**WHAT YOU SHOULD DO**
Give again, word for word, every line below from the one that has "line L12 (2, 0.5) -> (2, 2.5) projected" through the one that has "A parametric FreeCAD", both included, and no others.

(Saved entries)

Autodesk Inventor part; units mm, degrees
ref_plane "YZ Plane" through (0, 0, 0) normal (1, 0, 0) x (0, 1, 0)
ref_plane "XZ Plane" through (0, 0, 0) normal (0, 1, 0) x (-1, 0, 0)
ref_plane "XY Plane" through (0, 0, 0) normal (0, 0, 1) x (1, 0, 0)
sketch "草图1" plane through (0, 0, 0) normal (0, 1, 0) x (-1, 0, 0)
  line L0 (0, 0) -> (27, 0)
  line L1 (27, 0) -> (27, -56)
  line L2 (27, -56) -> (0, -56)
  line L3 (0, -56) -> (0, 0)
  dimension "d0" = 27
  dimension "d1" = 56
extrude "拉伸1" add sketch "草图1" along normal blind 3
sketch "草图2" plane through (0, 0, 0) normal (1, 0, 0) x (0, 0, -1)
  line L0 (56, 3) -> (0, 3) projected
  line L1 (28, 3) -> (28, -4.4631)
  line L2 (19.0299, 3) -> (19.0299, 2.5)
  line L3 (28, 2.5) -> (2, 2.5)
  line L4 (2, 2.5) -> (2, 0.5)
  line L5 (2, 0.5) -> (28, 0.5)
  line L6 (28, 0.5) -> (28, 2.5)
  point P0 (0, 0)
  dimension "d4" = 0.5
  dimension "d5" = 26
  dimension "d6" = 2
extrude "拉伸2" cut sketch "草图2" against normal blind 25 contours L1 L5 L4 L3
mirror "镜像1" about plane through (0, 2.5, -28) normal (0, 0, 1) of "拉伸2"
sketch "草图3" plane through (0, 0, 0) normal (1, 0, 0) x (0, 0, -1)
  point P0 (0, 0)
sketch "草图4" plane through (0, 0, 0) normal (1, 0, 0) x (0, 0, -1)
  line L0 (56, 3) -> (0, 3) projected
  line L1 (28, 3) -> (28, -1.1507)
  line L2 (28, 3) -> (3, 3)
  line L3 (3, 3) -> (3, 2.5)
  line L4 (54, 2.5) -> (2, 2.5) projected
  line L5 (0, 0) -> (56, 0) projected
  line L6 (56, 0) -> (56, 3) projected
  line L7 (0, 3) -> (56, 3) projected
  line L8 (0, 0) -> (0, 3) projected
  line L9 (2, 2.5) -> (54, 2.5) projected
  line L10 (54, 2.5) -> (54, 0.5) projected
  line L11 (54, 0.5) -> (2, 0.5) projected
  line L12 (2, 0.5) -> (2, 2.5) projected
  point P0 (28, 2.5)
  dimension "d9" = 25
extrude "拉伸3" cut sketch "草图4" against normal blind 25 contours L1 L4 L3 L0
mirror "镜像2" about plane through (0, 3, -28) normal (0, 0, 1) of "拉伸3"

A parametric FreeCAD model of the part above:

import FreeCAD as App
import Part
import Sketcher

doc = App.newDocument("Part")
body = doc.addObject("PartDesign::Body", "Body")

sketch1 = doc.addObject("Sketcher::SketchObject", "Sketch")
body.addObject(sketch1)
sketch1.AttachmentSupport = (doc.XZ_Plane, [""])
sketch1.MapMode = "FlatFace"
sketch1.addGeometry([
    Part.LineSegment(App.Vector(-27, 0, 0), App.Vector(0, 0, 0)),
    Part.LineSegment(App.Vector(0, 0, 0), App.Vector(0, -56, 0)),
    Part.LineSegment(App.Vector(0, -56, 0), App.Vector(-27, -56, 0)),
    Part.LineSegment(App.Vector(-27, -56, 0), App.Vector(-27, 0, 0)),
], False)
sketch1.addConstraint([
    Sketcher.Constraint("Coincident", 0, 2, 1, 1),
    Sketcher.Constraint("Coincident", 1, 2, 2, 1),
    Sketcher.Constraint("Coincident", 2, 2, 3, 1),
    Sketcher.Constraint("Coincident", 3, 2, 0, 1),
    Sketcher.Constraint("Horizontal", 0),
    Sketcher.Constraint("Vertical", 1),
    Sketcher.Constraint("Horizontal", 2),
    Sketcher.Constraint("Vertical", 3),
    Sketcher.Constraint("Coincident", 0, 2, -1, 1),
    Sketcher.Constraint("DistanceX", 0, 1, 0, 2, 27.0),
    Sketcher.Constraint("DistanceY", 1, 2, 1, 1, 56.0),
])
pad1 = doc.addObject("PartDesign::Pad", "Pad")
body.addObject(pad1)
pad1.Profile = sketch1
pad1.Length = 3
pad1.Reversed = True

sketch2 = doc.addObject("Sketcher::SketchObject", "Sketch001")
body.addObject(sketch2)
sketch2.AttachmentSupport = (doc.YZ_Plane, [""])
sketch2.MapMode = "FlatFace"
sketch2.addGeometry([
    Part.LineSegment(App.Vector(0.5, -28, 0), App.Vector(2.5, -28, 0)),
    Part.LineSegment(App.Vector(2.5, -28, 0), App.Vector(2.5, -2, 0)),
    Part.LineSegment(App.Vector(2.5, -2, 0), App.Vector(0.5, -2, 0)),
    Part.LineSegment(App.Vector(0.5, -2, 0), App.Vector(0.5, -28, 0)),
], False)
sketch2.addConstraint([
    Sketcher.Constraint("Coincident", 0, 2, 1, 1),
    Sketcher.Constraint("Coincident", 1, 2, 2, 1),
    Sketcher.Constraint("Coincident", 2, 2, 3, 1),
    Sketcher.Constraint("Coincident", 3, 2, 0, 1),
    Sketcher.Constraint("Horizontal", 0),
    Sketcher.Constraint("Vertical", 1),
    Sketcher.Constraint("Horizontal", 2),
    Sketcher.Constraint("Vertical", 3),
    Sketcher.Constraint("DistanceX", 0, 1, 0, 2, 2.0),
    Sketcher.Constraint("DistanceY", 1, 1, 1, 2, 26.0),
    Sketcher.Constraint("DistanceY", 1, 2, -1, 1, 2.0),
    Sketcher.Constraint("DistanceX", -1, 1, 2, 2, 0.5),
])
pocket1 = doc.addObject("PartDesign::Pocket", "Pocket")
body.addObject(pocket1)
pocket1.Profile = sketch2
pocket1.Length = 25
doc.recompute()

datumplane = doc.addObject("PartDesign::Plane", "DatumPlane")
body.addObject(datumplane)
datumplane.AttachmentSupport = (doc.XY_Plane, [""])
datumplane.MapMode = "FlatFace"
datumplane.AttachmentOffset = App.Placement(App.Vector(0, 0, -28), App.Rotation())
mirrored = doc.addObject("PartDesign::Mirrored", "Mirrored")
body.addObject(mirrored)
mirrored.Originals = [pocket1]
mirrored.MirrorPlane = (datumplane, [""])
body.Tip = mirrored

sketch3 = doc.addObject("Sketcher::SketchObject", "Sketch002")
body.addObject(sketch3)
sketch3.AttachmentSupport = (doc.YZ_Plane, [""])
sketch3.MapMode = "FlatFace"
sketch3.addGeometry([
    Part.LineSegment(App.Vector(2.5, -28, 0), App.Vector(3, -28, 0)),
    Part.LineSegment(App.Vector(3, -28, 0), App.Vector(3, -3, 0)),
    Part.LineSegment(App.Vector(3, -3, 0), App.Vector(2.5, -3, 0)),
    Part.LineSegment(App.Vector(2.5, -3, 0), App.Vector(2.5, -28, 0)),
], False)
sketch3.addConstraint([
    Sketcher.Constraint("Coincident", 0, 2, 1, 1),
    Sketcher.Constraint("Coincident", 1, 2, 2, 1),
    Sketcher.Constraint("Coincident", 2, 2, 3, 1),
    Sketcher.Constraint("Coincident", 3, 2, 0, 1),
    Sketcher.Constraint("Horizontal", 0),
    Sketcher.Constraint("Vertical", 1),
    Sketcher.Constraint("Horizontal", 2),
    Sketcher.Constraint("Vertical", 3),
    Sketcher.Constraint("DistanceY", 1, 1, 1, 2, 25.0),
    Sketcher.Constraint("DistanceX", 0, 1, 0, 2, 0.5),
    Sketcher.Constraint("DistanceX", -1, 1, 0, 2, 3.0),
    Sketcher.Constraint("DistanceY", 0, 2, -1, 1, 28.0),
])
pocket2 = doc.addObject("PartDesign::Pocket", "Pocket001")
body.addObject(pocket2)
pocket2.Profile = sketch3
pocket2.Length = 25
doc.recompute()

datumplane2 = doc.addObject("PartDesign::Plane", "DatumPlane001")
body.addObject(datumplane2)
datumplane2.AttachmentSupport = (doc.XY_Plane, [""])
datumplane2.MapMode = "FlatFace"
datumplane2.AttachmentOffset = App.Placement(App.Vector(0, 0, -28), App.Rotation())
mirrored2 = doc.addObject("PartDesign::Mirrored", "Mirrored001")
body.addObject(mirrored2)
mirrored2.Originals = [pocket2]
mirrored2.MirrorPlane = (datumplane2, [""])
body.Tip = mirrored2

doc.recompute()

**YOUR RESPONSE**
  line L12 (2, 0.5) -> (2, 2.5) projected
  point P0 (28, 2.5)
  dimension "d9" = 25
extrude "拉伸3" cut sketch "草图4" against normal blind 25 contours L1 L4 L3 L0
mirror "镜像2" about plane through (0, 3, -28) normal (0, 0, 1) of "拉伸3"

A parametric FreeCAD model of the part above:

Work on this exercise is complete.